Between 1 January 2020 and 6 June 2025, data from the NHS Business Services Authority, the administrators of the scheme, shows that 205 claims to the Vaccine Damage Payment Scheme were successful at a first application. This equates to 1.5% of the claims that had received an initial outcome.In the same time period, 29 mandatory reversal requests were successful. This equates to 2.1% of the reversal outcomes that had been notified to claimants.

What steps he is taking to ensure the adequacy of access to dental services for children with SEND.
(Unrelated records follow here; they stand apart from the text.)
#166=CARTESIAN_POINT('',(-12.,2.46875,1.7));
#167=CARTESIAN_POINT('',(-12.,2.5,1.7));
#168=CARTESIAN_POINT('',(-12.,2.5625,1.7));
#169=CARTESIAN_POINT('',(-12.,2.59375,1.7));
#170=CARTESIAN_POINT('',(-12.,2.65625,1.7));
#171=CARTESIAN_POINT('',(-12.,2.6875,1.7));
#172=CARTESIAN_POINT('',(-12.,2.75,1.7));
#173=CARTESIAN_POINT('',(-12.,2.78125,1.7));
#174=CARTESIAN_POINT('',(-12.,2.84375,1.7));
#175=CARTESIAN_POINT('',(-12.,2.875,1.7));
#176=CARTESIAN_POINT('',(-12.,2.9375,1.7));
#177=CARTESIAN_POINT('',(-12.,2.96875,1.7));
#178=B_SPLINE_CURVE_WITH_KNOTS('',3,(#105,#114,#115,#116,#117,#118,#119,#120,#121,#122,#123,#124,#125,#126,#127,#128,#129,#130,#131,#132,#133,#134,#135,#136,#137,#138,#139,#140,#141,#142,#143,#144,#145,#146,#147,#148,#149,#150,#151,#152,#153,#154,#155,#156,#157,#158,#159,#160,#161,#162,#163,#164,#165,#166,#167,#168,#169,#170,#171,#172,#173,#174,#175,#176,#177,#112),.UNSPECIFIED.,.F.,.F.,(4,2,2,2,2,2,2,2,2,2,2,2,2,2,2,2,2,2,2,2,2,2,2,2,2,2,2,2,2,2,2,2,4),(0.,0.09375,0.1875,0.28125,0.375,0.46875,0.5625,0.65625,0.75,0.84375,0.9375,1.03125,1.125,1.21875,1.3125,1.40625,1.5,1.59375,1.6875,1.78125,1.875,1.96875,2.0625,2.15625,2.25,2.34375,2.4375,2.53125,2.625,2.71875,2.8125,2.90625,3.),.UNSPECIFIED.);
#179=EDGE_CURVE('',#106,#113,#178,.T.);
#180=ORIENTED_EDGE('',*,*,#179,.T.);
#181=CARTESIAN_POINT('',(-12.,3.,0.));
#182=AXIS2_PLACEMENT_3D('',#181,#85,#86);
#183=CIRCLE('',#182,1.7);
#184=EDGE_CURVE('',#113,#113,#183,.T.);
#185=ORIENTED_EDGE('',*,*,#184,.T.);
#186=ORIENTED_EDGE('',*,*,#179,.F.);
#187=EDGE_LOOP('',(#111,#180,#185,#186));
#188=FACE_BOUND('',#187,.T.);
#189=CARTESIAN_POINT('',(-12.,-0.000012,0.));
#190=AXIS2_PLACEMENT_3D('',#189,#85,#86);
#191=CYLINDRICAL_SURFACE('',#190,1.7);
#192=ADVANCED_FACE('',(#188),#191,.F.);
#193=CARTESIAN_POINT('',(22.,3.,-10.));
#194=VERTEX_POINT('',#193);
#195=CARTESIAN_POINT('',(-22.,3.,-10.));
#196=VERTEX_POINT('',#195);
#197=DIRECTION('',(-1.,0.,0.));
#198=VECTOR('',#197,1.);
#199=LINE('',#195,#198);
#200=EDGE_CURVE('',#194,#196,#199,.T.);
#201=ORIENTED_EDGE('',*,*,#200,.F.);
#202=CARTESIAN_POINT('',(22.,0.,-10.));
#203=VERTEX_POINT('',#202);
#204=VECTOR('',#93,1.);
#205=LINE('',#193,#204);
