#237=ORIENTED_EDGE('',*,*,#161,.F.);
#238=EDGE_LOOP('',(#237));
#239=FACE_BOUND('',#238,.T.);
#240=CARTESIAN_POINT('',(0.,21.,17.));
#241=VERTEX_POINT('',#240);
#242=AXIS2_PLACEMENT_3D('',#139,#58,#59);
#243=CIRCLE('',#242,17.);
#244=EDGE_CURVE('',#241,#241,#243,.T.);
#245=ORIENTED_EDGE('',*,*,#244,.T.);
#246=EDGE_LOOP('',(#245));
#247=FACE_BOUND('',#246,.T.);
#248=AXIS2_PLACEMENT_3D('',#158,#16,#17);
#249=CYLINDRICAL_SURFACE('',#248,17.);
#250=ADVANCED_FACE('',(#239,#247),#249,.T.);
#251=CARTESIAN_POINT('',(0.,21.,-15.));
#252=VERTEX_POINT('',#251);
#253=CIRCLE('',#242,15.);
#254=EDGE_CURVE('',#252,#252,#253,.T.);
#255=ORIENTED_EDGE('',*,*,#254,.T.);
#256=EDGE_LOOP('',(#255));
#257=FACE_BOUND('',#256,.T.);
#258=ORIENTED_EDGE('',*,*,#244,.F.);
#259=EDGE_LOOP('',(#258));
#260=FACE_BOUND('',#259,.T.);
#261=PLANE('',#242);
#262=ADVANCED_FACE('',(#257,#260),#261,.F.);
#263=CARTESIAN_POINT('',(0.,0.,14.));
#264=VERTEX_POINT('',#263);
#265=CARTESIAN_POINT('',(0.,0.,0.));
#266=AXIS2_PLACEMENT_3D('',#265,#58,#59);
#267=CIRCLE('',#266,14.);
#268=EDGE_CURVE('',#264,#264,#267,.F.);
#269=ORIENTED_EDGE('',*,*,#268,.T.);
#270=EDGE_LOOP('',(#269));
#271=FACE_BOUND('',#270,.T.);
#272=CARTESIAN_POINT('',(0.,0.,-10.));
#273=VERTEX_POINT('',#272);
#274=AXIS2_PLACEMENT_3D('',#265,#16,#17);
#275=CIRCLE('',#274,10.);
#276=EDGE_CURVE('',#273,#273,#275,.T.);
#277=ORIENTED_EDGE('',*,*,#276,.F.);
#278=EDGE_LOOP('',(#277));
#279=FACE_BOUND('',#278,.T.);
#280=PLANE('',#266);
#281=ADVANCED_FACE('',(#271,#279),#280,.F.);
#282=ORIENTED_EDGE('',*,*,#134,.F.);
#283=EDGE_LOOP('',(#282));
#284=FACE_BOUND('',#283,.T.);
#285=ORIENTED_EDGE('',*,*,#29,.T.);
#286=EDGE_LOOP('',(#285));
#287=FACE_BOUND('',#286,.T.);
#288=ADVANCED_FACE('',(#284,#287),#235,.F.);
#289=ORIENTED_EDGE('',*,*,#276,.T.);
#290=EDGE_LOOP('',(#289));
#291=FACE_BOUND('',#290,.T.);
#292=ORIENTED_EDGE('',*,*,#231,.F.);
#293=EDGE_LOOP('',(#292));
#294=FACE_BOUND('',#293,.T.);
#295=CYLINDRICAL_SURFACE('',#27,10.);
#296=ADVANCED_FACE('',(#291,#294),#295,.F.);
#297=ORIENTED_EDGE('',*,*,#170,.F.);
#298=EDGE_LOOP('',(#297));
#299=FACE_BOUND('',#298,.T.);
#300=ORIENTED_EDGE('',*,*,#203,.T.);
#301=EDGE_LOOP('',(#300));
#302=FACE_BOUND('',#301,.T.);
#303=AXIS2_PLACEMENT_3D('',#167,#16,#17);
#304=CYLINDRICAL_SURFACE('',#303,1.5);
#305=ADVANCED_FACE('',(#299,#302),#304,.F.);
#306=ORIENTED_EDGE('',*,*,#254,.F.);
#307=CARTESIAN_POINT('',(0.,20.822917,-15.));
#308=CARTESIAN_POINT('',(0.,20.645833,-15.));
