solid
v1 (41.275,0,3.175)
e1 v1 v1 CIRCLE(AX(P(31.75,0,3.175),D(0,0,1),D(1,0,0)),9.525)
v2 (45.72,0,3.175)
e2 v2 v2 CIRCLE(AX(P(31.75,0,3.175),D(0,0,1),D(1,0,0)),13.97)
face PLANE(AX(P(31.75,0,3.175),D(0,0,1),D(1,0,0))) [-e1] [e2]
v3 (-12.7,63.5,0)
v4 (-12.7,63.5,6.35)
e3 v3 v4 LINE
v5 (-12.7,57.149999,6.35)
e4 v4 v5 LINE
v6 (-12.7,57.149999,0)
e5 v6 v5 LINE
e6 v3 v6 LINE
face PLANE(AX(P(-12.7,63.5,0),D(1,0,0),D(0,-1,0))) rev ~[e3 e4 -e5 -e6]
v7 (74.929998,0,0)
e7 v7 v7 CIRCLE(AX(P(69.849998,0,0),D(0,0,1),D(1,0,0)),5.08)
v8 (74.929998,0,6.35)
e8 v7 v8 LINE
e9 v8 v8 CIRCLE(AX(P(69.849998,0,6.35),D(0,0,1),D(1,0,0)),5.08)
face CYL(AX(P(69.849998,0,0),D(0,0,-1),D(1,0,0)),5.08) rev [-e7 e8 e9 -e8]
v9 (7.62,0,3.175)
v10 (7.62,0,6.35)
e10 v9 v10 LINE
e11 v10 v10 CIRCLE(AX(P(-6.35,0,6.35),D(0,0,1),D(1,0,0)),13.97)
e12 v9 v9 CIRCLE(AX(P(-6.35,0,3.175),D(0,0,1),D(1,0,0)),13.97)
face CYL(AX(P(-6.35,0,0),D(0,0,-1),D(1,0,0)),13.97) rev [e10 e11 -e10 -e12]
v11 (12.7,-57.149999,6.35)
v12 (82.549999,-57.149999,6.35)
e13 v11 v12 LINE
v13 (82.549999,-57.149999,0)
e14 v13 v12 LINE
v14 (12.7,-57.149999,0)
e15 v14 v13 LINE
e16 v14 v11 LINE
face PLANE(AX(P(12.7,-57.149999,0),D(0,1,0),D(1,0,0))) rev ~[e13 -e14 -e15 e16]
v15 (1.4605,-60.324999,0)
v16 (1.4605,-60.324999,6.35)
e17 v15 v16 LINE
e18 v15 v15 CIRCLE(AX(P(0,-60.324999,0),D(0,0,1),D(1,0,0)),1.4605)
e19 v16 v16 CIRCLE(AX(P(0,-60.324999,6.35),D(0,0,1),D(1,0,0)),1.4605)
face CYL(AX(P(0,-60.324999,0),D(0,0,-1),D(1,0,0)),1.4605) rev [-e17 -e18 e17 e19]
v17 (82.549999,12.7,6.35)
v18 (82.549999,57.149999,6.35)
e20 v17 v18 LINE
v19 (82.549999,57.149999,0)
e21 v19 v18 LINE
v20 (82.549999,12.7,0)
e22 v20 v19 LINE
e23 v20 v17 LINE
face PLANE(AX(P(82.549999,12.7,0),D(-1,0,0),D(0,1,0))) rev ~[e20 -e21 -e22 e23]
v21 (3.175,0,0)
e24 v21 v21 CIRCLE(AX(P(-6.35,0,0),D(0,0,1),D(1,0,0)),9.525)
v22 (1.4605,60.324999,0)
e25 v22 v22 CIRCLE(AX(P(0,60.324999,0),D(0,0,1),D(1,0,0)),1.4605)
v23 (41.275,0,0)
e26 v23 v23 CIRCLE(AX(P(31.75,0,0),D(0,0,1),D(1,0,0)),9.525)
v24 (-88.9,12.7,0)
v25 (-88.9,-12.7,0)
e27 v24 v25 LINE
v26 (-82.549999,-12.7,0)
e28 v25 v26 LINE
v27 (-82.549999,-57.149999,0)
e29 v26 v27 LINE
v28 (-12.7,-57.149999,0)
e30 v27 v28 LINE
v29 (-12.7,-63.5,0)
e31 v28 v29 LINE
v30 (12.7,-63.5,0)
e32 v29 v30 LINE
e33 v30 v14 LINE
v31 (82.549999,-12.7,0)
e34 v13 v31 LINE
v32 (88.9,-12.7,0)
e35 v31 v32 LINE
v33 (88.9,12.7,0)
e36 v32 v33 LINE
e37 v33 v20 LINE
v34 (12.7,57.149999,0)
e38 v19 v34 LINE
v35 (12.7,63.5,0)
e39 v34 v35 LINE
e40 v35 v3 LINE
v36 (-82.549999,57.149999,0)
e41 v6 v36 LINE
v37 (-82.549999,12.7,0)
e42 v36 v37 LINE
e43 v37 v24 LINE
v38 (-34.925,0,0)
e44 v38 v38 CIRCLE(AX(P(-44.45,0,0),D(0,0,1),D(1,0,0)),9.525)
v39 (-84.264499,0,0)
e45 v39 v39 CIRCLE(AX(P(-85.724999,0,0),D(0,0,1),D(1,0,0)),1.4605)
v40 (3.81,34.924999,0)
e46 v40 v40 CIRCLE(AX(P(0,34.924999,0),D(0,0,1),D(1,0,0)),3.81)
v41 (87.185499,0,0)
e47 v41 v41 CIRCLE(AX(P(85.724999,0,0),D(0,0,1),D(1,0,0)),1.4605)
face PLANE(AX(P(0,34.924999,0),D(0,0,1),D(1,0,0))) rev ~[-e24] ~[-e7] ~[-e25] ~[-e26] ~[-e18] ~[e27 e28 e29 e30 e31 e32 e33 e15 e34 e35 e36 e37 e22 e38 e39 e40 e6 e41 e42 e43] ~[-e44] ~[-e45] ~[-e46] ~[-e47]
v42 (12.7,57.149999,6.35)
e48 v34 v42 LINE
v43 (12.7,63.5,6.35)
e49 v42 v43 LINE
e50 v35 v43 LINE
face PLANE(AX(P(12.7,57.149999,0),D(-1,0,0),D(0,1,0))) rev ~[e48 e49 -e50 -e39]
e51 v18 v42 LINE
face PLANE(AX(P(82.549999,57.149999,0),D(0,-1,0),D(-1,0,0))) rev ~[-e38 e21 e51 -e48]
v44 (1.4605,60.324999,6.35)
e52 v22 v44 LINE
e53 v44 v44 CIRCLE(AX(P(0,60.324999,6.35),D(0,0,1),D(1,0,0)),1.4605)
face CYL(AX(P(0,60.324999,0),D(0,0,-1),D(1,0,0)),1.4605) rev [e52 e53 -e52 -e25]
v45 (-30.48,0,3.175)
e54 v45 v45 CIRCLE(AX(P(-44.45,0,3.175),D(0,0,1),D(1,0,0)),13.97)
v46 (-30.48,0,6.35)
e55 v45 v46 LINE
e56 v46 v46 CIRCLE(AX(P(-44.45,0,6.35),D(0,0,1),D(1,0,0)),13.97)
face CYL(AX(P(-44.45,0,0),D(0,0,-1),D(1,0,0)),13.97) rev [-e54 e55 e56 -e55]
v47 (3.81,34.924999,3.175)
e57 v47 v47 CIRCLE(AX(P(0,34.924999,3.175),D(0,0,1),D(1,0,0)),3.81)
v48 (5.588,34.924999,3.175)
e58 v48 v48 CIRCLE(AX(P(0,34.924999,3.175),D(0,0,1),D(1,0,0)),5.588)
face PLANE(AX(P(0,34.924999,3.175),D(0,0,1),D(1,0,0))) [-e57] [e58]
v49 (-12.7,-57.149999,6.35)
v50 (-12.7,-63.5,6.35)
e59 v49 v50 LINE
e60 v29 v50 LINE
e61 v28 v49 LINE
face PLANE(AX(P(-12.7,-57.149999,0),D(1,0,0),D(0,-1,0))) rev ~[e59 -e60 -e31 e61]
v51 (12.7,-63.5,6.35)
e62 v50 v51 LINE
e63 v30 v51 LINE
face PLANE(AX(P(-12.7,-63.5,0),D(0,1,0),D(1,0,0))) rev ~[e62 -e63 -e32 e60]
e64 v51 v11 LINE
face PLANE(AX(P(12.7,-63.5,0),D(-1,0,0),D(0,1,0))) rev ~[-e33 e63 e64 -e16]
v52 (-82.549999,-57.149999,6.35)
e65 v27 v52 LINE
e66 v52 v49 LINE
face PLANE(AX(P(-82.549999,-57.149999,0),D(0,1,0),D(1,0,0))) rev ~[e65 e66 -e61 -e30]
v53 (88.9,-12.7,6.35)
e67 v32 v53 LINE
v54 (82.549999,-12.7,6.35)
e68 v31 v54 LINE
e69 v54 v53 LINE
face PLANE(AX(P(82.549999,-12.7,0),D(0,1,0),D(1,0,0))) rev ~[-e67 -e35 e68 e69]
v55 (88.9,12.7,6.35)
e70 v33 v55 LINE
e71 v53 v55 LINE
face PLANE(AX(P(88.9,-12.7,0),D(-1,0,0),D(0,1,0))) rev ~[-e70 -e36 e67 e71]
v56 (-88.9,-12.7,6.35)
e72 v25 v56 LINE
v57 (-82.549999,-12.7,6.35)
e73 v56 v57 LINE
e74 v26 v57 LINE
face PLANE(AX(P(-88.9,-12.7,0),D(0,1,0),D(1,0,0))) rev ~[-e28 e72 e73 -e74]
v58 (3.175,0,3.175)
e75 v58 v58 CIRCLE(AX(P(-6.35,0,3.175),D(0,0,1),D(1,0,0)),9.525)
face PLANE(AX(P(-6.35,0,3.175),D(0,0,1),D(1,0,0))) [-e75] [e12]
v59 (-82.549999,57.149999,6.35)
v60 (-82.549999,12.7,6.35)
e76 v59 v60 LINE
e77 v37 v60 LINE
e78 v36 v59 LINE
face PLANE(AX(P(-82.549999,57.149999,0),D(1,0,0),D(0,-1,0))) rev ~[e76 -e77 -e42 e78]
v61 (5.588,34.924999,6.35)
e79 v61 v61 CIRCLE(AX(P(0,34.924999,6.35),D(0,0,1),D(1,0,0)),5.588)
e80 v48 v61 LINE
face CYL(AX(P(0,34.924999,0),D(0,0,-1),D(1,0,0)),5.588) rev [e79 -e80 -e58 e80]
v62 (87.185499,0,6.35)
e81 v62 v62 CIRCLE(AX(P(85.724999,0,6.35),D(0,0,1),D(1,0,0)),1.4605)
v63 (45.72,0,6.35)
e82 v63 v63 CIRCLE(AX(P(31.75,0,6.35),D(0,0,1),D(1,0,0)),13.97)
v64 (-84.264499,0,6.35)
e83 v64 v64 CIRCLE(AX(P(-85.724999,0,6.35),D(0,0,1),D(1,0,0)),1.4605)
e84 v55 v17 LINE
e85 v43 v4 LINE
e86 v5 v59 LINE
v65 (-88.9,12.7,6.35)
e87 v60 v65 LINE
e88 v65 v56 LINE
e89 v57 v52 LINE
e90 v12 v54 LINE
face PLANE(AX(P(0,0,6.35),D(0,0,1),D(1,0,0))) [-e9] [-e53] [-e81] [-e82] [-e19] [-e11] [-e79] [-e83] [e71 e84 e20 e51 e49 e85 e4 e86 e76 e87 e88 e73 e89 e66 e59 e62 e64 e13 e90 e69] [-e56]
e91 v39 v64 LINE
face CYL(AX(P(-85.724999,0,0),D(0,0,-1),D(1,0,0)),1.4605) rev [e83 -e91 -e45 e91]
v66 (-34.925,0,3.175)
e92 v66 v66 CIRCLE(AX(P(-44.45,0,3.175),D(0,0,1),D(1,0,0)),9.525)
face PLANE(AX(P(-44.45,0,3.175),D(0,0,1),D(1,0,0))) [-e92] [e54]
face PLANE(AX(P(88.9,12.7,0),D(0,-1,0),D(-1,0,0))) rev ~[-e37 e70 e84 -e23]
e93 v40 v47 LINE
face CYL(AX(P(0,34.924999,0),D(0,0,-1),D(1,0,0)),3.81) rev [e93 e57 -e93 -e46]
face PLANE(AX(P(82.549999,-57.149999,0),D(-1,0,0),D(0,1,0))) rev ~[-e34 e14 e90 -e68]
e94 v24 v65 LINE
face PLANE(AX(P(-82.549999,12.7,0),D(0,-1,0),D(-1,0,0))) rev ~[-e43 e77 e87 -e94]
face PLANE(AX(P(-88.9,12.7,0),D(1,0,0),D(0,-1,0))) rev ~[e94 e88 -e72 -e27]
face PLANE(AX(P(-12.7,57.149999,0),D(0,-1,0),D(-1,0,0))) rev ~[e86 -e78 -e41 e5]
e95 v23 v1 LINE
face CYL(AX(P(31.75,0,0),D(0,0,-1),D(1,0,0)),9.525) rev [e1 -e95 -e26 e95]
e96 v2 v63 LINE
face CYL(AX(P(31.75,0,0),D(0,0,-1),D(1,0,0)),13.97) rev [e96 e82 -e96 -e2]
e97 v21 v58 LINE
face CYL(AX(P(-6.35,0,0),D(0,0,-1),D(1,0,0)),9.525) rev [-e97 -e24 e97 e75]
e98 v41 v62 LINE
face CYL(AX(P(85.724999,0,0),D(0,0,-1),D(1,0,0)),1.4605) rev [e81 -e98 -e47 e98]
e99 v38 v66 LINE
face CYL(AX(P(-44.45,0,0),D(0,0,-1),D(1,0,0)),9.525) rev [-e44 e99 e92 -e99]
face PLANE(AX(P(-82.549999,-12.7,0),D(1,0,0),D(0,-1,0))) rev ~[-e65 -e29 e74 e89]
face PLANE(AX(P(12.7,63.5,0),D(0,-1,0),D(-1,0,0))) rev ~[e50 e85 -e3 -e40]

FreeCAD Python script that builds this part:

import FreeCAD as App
import Part
import Sketcher
from FreeCAD import Vector
Q = App.Units.Quantity


def add_polygon(sketch, points):
    """Adds a closed chain of lines whose ends are joined by coincident constraints."""
    first, n = sketch.GeometryCount, len(points)
    for a, b in zip(points, points[1:] + points[:1]):
        sketch.addGeometry(Part.LineSegment(App.Vector(*a, 0), App.Vector(*b, 0)), False)
    for i in range(n):
        sketch.addConstraint(Sketcher.Constraint("Coincident", first + i, 2, first + (i + 1) % n, 1))

doc = App.newDocument("Part")
body = doc.addObject("PartDesign::Body", "Body")

sketch1 = body.newObject("Sketcher::SketchObject", "Sketch")
sketch1.AttachmentSupport = (doc.getObject("XY_Plane"), [""])
sketch1.MapMode = "FlatFace"
add_polygon(sketch1, [(-12.7, -63.5), (12.7, -63.5), (12.7, -57.1), (82.5, -57.1), (82.5, -12.7), (88.9, -12.7), (88.9, 12.7), (82.5, 12.7), (82.5, 57.1), (12.7, 57.1), (12.7, 63.5), (-12.7, 63.5), (-12.7, 57.1), (-82.5, 57.1), (-82.5, 12.7), (-88.9, 12.7), (-88.9, -12.7), (-82.5, -12.7), (-82.5, -57.1), (-12.7, -57.1)])
sketch1.addGeometry(Part.Circle(Vector(0, -60.3, 0), Vector(0, 0, 1), 1.5), False)
sketch1.addGeometry(Part.Circle(Vector(-85.7, 0, 0), Vector(0, 0, 1), 1.5), False)
sketch1.addGeometry(Part.Circle(Vector(-44.5, 0, 0), Vector(0, 0, 1), 14), False)
sketch1.addGeometry(Part.Circle(Vector(-6.3, 0, 0), Vector(0, 0, 1), 14), False)
sketch1.addGeometry(Part.Circle(Vector(31.8, 0, 0), Vector(0, 0, 1), 14), False)
sketch1.addGeometry(Part.Circle(Vector(69.8, 0, 0), Vector(0, 0, 1), 5.1), False)
sketch1.addGeometry(Part.Circle(Vector(85.7, 0, 0), Vector(0, 0, 1), 1.5), False)
sketch1.addGeometry(Part.Circle(Vector(0, 34.9, 0), Vector(0, 0, 1), 5.6), False)
sketch1.addGeometry(Part.Circle(Vector(0, 60.3, 0), Vector(0, 0, 1), 1.5), False)
sketch1.addConstraint([
    Sketcher.Constraint("Horizontal", 0),
    Sketcher.Constraint("Vertical", 1),
    Sketcher.Constraint("Horizontal", 2),
    Sketcher.Constraint("Vertical", 3),
    Sketcher.Constraint("Horizontal", 4),
    Sketcher.Constraint("Vertical", 5),
    Sketcher.Constraint("Horizontal", 6),
    Sketcher.Constraint("Vertical", 7),
    Sketcher.Constraint("Horizontal", 8),
    Sketcher.Constraint("Vertical", 9),
    Sketcher.Constraint("Horizontal", 10),
    Sketcher.Constraint("Vertical", 11),
    Sketcher.Constraint("Horizontal", 12),
    Sketcher.Constraint("Vertical", 13),
    Sketcher.Constraint("Horizontal", 14),
    Sketcher.Constraint("Vertical", 15),
    Sketcher.Constraint("Horizontal", 16),
    Sketcher.Constraint("Vertical", 17),
    Sketcher.Constraint("Horizontal", 18),
    Sketcher.Constraint("Vertical", 19),
    Sketcher.Constraint("Equal", 20, 21),
    Sketcher.Constraint("Equal", 22, 23),
    Sketcher.Constraint("Equal", 23, 24),
    Sketcher.Constraint("Equal", 21, 26),
    Sketcher.Constraint("Equal", 26, 28),
    Sketcher.Constraint("Symmetric", 21, 3, 26, 3, -1, 1),
    Sketcher.Constraint("Symmetric", 20, 3, 28, 3, -1, 1),
    Sketcher.Constraint("Symmetric", 0, 2, 10, 2, -1, 1),
    Sketcher.Constraint("Symmetric", 2, 2, 12, 2, -1, 1),
    Sketcher.Constraint("Symmetric", 4, 2, 14, 2, -1, 1),
    Sketcher.Constraint("Symmetric", 6, 2, 16, 2, -1, 1),
    Sketcher.Constraint("Symmetric", 8, 2, 18, 2, -1, 1),
    Sketcher.Constraint("Symmetric", 8, 2, 11, 2, -2),
    Sketcher.Constraint("Symmetric", 6, 2, 13, 2, -2),
    Sketcher.Constraint("PointOnObject", 20, 3, -2),
    Sketcher.Constraint("PointOnObject", 21, 3, -1),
The Government recognises that certain groups of patients such as people with disabilities may find it difficult to access dental care. We are committed to ensuring National Health Service dental services are available to all who need them.Community dental services (CDS) are available to people whose additional needs may mean they are not able to be treated at high street dental practices. CDS provide specialised dental services to ensure that everyone can have access to the dental care they need. This may include treatments delivered in hospitals, specialist health centres and mobile clinics, as well as home visits or visits in nursing and care homes.Integrated care boards are responsible for identifying areas of local need and determining the priorities for investment, including the commissioning of community dental services.

If his Department will conduct a review of surgical menopause care.

The Government will prioritise women’s health as we reform the National Health Service, ensuring that all women experiencing the menopause can access the care that they need. We have taken urgent action to tackle gynaecology waiting lists through the Elective Reform Plan. In gynaecology, the plan supports innovative models offering patients care closer to home, and the piloting of gynaecology pathways in community diagnostic centres for patients with post-menopausal bleeding. Women’s health hubs also have a key role in shifting care out of hospitals and improving the care women receive. Menopause assessment and treatment is a core service that all hubs are expected to provide. As of December 2024, 39 out of 42 integrated care boards (ICBs) reported to NHS England that they had at least one operational women’s health hub. We continue to engage with and encourage ICBs to use the learning from the women’s health hubs pilots to improve local delivery of services to women. At present there are no plans to conduct a review of surgical menopause care.

When the Understanding Menopause guidance by Menopause Support UK will be published.

Menopause Support UK is an independent organisation, and the Department cannot advise on when this guidance will be published. NHS England routinely considers how they signpost to other sources of healthcare guidance. For example, the National Health Service’s website page on menopause signposts users to further sources of information.